DATA RECORDS Start Marker

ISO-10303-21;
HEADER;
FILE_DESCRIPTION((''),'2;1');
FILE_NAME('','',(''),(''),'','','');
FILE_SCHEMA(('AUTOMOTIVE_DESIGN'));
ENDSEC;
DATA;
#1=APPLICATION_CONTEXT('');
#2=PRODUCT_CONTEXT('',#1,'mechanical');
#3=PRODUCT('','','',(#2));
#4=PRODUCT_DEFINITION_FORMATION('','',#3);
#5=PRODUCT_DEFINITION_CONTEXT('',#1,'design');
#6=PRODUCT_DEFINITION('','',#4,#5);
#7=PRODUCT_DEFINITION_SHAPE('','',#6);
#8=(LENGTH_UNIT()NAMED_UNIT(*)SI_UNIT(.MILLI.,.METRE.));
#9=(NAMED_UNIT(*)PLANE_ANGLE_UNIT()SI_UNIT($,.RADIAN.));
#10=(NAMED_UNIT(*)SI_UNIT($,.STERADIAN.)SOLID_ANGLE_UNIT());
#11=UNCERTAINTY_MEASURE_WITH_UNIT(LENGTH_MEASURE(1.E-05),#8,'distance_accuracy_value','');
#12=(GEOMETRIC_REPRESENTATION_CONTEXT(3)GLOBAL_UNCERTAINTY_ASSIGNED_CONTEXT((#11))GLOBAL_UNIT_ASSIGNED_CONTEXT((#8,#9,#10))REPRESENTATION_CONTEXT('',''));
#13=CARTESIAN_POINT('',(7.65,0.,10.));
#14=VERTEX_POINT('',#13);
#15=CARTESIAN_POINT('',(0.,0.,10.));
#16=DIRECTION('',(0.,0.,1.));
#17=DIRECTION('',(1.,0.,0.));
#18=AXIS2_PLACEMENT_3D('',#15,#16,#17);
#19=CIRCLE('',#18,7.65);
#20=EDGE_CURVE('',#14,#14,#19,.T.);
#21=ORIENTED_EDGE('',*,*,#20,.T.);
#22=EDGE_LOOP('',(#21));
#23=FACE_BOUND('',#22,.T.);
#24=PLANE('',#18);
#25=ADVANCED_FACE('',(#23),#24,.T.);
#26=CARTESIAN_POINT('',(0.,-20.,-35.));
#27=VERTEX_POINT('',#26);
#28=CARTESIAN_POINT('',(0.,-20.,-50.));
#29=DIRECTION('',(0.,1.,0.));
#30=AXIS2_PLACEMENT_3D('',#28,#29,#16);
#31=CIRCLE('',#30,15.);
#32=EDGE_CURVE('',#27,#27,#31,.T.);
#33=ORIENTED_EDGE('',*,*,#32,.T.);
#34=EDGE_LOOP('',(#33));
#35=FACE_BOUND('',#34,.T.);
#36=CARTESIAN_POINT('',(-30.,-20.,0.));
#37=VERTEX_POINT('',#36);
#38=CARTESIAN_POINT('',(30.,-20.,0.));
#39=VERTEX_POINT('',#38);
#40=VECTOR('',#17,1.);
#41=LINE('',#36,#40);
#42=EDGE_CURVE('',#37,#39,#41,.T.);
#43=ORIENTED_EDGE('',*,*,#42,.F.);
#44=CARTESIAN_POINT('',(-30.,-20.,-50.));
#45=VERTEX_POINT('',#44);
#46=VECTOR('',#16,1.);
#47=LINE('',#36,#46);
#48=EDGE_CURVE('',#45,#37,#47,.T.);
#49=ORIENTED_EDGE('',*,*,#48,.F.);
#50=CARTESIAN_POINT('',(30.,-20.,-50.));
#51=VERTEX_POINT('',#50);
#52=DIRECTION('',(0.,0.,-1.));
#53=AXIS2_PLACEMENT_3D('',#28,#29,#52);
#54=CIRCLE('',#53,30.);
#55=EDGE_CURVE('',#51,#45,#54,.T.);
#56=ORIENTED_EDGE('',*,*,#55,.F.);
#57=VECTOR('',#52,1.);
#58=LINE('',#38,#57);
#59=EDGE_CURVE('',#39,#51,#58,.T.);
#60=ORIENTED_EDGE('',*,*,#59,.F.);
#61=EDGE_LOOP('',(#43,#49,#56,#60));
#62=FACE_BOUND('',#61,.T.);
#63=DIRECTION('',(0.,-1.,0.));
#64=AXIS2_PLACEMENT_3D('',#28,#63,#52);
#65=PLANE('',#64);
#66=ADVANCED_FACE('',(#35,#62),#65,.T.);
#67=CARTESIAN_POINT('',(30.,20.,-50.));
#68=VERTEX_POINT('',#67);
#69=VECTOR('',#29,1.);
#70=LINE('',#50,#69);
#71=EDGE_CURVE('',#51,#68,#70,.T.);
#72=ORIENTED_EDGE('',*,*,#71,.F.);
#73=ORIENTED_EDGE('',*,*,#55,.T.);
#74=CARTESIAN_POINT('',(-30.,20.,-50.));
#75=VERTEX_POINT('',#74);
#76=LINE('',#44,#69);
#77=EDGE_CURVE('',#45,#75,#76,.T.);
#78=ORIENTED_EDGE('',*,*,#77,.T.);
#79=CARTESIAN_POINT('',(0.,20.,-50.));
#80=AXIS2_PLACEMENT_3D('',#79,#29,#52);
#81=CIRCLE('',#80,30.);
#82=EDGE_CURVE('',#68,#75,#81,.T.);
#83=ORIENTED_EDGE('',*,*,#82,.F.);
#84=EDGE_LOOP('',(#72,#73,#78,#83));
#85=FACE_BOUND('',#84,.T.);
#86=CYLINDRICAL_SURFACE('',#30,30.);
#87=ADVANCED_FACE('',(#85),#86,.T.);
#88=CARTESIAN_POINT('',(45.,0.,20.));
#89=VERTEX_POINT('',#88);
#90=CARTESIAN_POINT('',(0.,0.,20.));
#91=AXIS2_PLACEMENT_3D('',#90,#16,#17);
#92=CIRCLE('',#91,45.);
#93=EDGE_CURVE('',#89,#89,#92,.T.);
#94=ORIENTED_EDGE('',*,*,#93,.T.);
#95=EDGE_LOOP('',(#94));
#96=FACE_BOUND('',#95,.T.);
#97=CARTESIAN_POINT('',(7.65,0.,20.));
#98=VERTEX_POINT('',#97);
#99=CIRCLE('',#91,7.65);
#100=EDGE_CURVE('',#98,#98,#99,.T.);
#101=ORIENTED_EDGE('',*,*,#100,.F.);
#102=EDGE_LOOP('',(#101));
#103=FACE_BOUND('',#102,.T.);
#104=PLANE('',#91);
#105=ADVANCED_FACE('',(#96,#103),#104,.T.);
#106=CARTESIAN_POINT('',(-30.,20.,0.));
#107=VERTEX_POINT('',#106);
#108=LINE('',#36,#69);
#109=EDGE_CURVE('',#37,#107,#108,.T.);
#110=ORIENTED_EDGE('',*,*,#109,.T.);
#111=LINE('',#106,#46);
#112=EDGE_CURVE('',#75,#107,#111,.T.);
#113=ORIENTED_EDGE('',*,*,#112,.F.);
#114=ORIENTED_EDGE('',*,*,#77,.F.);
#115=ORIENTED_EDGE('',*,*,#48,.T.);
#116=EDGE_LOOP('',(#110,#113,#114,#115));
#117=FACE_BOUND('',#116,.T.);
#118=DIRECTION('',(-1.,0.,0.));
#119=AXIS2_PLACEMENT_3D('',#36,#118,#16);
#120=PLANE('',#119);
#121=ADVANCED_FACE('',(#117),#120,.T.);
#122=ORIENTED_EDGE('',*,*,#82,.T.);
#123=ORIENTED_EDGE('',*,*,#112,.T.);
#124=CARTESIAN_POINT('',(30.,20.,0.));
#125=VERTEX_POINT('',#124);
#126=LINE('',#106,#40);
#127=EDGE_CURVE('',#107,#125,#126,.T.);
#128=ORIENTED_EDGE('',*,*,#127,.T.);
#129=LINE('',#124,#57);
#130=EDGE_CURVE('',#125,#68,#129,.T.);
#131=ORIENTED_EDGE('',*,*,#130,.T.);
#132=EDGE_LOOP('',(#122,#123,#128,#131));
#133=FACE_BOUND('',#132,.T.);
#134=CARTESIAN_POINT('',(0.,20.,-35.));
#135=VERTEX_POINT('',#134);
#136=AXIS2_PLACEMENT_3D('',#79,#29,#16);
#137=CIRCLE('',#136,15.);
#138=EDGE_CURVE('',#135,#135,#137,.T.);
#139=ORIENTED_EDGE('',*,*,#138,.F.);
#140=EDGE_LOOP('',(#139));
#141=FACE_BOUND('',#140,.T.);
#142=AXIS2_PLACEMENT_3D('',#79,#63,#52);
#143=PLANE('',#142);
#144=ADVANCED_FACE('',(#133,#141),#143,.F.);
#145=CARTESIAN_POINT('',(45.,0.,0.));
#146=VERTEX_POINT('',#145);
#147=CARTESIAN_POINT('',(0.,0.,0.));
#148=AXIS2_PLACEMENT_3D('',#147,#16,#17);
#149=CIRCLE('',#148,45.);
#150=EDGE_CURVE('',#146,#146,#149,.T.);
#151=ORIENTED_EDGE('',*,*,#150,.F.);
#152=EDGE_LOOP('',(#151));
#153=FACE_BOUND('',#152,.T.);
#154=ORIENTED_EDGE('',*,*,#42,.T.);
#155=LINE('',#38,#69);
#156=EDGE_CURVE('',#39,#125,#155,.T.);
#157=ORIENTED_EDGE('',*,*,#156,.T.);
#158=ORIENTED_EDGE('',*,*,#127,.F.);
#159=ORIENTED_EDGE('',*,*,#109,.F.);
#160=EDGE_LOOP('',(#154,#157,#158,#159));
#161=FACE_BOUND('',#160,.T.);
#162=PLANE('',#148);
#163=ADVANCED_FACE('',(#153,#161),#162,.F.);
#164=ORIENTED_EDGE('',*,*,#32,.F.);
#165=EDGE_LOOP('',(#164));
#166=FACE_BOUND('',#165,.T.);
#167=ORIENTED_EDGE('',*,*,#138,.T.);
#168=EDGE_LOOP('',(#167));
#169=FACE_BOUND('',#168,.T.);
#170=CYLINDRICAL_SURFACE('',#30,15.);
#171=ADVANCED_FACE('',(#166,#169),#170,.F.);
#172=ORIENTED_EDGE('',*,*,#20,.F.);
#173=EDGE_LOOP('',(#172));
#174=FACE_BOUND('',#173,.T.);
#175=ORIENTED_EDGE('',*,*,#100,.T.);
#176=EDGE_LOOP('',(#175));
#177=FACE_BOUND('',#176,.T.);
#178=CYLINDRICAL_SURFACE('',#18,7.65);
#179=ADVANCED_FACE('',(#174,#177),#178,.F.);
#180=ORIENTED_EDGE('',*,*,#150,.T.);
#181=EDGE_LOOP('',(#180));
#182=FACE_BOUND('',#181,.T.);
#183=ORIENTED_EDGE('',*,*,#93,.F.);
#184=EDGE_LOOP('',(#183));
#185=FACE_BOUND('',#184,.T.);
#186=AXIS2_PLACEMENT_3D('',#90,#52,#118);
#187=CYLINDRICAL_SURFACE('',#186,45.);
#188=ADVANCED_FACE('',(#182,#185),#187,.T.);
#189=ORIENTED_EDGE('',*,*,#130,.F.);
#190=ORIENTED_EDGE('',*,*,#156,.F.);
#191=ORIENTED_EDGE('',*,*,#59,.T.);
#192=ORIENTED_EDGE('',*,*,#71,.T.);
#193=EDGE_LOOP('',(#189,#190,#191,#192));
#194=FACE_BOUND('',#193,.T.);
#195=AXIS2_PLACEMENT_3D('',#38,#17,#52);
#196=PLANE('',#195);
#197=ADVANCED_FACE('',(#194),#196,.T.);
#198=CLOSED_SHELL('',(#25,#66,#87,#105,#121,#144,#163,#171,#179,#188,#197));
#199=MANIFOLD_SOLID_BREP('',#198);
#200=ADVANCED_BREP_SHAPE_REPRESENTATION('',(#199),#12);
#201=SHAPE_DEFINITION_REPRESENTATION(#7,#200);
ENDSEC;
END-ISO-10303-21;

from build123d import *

# Parameters (mm, degrees)
SKETCH_1_R          = 15
EXTRUDE_1_DEPTH     = 20
SKETCH_2_R          = 45
EXTRUDE_2_DEPTH     = 20
SKETCH_3_R          = 7.65
CUT_EXTRUDE_1_DEPTH = 10


with BuildPart() as part:
    # 草图1 → 凸台-拉伸1 (new body, symmetric)
    with BuildSketch(Plane(origin=(0, 0, 0), x_dir=(1, 0, 0), z_dir=(0, 1, 0))):
        with BuildLine():
            Line((-30, 0), (-30, 50))
            ThreePointArc((-30, 50), (0, 80), (30, 50))
            Line((30, 50), (30, 0))
            Line((30, 0), (-30, 0))
        make_face()
        with Locations((0, 50)):
            Circle(SKETCH_1_R, mode=Mode.SUBTRACT)
    extrude(amount=EXTRUDE_1_DEPTH, both=True)

    # 草图2 → 凸台-拉伸2 (add)
    with BuildSketch(Plane.XY):
        Circle(SKETCH_2_R)
    extrude(amount=EXTRUDE_2_DEPTH)

    # 草图3 → 切除-拉伸1 (cut)
    with BuildSketch(Plane.XY.offset(20)):
        Circle(SKETCH_3_R)
    extrude(amount=-CUT_EXTRUDE_1_DEPTH, mode=Mode.SUBTRACT)


solid = part.part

DATA RECORDS End Marker

_WHAT IS REQUIRED_. Everything from the first line above up to and including the line that contains "#4=PRODUCT_DEFINITION_FORMATION('','',#3);" should be printed exactly; please print only that.

_EXERCISE RESPONSE_.
ISO-10303-21;
HEADER;
FILE_DESCRIPTION((''),'2;1');
FILE_NAME('','',(''),(''),'','','');
FILE_SCHEMA(('AUTOMOTIVE_DESIGN'));
ENDSEC;
DATA;
#1=APPLICATION_CONTEXT('');
#2=PRODUCT_CONTEXT('',#1,'mechanical');
#3=PRODUCT('','','',(#2));
#4=PRODUCT_DEFINITION_FORMATION('','',#3);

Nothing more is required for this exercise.